First, to better understand the capabilities and constraints that these smart devices provide, one embodiment of a device is shown in FIG. 1. Referring to FIG. 1, smart device 100 is used to describe certain devices that may be used with certain embodiments. In one embodiment, smart device 100 is a collection of devices that are connected or networked to achieve some, or all, of these functions. In one embodiment, smart device 100 contains various sensors 110 such as, for example, but not limited to, GPS, accelerometers, gyroscopes, barometers, heart rate, bio temperature, outside temperature, altimeter, and so on.

In one embodiment, smart device 100 has one or more cameras 120 capable of HD (or lessor) video and/or still images. In one embodiment, smart device 100 also has many of the same components as a traditional computer including a central processing unit (CPU) and/or a graphics processing unit (GPU) 130, various types of wired and wireless device and network connections 140, removable and/or non-removable, volatile and/or non-volatile memory and/or storage 150 of various types, and user display and input 150 functions.

To better understand the system, methods, and apparatus used herein it is useful to look at the general block diagram (FIG. 2) and compare the automated and semi-automated data and control flow to that of a strictly manual traditional video editing process.

Referring to FIG. 2, the automated and semi-automated system of certain embodiments receive media data of many types (e.g., video, audio, annotation) from one or more activity recording device(s) 205. Additionally, a number of sensors 215 (e.g., accelerometers, gyroscopes, GPS, user tagging, etc.) provides sensor data for additional information synchronous in time with the media data. Also, the users have the ability to affect the operation of the system and manipulate the editing of the summary movie with the user preferences input 209.

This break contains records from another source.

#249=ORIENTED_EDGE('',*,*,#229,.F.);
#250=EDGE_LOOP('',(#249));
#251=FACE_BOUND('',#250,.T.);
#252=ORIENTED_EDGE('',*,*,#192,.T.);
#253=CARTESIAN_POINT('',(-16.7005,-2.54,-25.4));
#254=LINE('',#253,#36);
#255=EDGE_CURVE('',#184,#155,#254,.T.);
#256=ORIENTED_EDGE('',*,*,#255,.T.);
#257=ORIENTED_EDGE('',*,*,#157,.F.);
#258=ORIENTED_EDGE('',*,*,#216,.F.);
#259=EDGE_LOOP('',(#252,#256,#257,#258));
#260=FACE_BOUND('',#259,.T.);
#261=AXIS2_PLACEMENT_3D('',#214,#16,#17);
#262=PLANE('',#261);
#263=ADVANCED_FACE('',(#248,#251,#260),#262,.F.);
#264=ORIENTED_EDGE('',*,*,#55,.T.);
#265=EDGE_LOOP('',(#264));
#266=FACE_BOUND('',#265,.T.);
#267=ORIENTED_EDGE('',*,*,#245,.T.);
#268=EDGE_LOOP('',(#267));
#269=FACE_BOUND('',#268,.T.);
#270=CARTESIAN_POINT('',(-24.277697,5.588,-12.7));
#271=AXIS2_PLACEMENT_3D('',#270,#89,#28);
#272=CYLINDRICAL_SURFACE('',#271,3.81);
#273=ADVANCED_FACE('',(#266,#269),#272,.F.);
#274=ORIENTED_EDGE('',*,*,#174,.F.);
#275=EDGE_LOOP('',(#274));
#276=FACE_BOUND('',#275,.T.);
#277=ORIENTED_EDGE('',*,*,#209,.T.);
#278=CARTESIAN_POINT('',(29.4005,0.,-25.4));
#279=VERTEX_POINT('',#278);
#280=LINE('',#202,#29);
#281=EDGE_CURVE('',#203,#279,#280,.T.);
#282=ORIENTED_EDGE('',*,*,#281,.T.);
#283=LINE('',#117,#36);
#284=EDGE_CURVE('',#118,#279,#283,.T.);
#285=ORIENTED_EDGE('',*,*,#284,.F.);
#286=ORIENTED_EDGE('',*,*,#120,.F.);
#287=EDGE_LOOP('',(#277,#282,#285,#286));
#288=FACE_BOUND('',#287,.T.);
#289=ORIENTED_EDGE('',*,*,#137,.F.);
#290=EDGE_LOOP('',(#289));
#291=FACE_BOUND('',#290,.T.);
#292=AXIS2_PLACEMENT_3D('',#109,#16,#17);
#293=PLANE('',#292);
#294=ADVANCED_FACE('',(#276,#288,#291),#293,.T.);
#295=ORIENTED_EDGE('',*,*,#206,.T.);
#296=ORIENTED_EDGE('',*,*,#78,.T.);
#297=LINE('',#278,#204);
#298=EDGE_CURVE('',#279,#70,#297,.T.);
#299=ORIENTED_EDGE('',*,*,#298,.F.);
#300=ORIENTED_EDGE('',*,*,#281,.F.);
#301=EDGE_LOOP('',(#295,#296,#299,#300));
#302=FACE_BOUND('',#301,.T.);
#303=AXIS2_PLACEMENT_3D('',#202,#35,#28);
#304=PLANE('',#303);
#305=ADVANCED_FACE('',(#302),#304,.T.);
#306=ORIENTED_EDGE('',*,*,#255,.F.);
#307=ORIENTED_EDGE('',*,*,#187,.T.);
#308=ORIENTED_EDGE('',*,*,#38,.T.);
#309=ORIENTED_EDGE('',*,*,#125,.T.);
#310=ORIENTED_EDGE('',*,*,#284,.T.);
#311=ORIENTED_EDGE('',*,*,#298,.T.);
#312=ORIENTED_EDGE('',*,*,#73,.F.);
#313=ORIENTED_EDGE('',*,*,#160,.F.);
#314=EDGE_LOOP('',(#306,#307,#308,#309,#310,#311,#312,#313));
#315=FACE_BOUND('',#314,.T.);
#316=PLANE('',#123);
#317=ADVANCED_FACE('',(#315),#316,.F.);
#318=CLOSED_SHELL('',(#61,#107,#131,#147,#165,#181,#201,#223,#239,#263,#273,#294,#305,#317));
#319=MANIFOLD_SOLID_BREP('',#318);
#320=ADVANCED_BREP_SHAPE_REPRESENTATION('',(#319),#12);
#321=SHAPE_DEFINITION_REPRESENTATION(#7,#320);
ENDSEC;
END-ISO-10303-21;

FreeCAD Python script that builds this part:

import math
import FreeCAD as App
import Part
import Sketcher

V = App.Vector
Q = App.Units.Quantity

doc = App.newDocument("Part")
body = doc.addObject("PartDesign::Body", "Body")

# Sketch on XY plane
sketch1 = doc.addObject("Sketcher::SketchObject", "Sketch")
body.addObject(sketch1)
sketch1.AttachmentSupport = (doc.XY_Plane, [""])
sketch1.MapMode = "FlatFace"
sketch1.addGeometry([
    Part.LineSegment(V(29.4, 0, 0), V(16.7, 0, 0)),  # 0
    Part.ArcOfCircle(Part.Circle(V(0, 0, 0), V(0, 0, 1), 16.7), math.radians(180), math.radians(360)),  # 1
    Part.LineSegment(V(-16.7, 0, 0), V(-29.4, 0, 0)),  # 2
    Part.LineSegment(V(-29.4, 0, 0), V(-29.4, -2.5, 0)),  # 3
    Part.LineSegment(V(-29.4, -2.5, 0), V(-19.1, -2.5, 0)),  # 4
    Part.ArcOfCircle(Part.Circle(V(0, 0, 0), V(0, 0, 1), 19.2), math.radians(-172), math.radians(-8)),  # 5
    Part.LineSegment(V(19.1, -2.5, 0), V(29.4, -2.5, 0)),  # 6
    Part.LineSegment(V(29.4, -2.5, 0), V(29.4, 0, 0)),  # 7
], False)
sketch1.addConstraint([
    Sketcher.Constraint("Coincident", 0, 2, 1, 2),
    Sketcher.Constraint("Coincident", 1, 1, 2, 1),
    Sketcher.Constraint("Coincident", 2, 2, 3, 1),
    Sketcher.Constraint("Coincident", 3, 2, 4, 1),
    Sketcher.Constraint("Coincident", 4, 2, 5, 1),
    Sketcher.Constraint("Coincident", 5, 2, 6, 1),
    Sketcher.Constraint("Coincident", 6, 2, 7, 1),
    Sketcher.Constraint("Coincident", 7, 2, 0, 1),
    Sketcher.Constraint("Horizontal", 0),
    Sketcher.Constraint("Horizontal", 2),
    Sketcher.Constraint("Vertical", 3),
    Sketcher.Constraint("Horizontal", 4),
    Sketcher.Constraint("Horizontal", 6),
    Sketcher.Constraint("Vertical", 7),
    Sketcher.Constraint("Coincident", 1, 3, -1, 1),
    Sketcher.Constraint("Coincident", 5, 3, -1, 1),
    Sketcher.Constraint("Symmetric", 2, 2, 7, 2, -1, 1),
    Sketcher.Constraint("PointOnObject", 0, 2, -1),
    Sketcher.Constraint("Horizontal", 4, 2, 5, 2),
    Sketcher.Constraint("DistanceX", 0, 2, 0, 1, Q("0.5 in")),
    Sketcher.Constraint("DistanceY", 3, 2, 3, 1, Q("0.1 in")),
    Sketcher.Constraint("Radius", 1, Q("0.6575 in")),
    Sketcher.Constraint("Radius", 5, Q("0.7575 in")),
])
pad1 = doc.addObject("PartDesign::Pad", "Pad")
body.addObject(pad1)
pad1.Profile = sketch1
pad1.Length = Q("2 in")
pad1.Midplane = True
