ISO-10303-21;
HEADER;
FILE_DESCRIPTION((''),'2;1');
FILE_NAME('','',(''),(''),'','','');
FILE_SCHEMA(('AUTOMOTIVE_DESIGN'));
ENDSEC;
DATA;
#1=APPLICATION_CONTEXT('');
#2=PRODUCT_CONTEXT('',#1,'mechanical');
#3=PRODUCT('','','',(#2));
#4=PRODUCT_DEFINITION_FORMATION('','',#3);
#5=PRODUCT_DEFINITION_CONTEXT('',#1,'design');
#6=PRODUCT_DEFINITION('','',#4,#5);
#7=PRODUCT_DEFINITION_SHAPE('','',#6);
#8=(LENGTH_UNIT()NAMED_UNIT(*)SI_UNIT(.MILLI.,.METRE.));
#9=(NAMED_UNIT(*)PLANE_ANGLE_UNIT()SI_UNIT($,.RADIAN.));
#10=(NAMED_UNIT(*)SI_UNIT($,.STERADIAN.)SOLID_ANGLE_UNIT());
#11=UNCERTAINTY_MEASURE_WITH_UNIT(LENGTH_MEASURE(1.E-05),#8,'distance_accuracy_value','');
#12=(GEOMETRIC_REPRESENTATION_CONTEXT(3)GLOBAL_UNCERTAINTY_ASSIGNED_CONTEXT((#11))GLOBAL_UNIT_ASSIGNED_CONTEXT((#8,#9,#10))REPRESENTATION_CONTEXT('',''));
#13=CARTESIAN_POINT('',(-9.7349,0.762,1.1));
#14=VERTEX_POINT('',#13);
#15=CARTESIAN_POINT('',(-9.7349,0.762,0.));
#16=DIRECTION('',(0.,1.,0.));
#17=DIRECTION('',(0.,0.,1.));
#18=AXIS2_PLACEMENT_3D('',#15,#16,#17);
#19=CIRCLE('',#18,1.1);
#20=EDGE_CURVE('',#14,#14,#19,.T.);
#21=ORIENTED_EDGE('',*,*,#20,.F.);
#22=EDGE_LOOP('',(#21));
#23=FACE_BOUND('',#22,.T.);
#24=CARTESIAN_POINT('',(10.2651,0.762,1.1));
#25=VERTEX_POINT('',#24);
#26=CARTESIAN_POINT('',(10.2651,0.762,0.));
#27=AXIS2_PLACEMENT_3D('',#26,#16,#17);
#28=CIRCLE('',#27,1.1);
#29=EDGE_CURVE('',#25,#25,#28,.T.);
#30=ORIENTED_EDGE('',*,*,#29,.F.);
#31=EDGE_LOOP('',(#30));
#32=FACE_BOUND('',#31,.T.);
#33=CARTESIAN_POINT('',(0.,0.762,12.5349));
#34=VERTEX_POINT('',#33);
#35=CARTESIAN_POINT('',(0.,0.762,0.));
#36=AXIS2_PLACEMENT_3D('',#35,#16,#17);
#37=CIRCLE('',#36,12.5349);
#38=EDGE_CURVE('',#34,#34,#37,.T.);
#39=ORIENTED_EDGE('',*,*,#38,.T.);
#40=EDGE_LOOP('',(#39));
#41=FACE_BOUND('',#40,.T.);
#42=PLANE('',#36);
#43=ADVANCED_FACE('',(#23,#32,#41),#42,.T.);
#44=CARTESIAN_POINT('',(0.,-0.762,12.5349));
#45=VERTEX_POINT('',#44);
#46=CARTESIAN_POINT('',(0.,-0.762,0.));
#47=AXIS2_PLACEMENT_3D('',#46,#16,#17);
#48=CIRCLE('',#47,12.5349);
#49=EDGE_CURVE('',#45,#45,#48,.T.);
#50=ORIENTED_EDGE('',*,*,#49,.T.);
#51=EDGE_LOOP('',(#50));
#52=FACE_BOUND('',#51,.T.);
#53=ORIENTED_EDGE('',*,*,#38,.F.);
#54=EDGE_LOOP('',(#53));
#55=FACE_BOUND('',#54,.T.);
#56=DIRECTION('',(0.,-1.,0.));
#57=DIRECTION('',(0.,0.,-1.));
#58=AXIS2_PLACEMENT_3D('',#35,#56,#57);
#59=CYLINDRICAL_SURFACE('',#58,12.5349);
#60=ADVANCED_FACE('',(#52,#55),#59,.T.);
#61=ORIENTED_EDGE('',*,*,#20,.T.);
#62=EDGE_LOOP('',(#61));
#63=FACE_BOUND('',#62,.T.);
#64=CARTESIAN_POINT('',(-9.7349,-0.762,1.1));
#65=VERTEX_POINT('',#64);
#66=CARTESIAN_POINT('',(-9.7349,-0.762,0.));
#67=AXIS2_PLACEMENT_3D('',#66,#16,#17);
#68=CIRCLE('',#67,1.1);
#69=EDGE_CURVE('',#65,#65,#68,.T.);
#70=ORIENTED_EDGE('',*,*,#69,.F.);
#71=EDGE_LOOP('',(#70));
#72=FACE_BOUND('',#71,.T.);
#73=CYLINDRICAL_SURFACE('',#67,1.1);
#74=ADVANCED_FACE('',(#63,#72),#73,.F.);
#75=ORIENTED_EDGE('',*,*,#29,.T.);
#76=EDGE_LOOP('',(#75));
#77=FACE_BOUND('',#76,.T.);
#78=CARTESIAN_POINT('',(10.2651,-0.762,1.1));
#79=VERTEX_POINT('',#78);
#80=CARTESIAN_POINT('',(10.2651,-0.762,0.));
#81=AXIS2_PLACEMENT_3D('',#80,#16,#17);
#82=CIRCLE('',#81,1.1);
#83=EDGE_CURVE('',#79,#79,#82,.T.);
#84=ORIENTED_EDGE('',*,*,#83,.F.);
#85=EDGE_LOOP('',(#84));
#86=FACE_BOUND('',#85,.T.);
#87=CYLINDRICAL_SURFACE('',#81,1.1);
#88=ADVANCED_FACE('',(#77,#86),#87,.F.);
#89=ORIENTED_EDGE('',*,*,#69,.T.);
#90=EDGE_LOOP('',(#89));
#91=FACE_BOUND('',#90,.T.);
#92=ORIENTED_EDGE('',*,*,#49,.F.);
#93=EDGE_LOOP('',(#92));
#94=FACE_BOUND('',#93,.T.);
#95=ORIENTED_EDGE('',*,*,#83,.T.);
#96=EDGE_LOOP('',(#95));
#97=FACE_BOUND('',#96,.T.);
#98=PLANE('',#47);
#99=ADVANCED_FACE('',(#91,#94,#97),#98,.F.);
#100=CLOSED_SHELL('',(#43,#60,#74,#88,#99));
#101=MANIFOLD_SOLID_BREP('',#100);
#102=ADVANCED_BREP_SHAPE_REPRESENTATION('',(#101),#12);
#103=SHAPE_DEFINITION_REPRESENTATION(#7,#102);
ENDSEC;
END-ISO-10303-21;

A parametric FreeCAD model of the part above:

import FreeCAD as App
import Part
import Sketcher
from FreeCAD import Vector
Q = App.Units.Quantity

doc = App.newDocument("Part")
params = doc.addObject("Spreadsheet::Sheet", "Params")
for row, (alias, value) in enumerate([
    ("sketch1_diameter", "0.987 in"),
    ("pad1_length", "0.06 in"),
], start=1):
    params.set(f"A{row}", alias)
    params.set(f"B{row}", "=" + value)
    params.setAlias(f"B{row}", alias)

body = doc.addObject("PartDesign::Body", "Body")

# Sketch on XZ plane
sketch1 = body.newObject("Sketcher::SketchObject", "Sketch")
sketch1.AttachmentSupport = (doc.getObject("XZ_Plane"), [""])
sketch1.MapMode = "FlatFace"
sketch1.addGeometry(Part.Circle(Vector(0, 0, 0), Vector(0, 0, 1), 13), False)
sketch1.addConstraint([
    Sketcher.Constraint("Coincident", 0, 3, -1, 1),
    Sketcher.Constraint("Diameter", 0, Q("0.987 in")),
])
sketch1.setExpression("Constraints[1]", "Params.sketch1_diameter")
pad1 = body.newObject("PartDesign::Pad", "Pad")
pad1.Profile = sketch1
pad1.setExpression("Length", "Params.pad1_length")
pad1.Midplane = True

# Sketch on XZ plane
sketch2 = body.newObject("Sketcher::SketchObject", "Sketch001")
sketch2.AttachmentSupport = (doc.getObject("XZ_Plane"), [""])
sketch2.MapMode = "FlatFace"
sketch2.AttachmentOffset = App.Placement(Vector(0, 0, -0.03 * 25.4), App.Rotation())
sketch2.addGeometry([
    Part.Circle(Vector(-9.7, 0, 0), Vector(0, 0, 1), 1.1),
    Part.Circle(Vector(10.3, 0, 0), Vector(0, 0, 1), 1.1),
], False)
sketch2.addConstraint([
    Sketcher.Constraint("Equal", 0, 1),
    Sketcher.Constraint("PointOnObject", 0, 3, -1),
    Sketcher.Constraint("PointOnObject", 1, 3, -1),
    Sketcher.Constraint("Diameter", 0, Q("2.2 mm")),
    Sketcher.Constraint("DistanceX", 0, 3, -1, 1, Q("9.7349 mm")),
    Sketcher.Constraint("DistanceX", -1, 1, 1, 3, Q("10.2651 mm")),
])
pocket1 = body.newObject("PartDesign::Pocket", "Pocket")
pocket1.Profile = sketch2
pocket1.Type = "ThroughAll"
pocket1.Reversed = True

doc.recompute()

In one embodiment, the sensor data, media data, and learning data (from activity management system 220 describe below) are used by triggers 226 in embodiments described in U.S. patent application Ser. No. 14/190,006 “SYSTEMS AND METHODS FOR IDENTIFYING POTENTIALLY INTERESTING EVENTS IN EXTENDED RECORDINGS”, filed Feb. 25, 2014. When trigger conditions are satisfied, an event is detected. In one embodiment, the appropriate information about the event (e.g., start time, duration, relative importance score, trigger condition context) are recorded in MHL data 227.

In one embodiment, the raw media data is preserved in MHL media storage 230 and is unaffected by the master highlights list. In another embodiment, the raw media data is affected by the Master Highlights before being stored in MHL media storage 230. In one embodiment, the effect is to extract the media data into separate media files (rough cut clips). The raw media data can then be discarded, freeing up memory for the media data that follows. In one embodiment, the video resolution, video frame rate, video quality, audio quality, audio sample rate, audio channels, annotation are altered before storing in MHL media storage 230. In this embodiment, some or all of the raw video is preserved, albeit at a lower quality and bitrate.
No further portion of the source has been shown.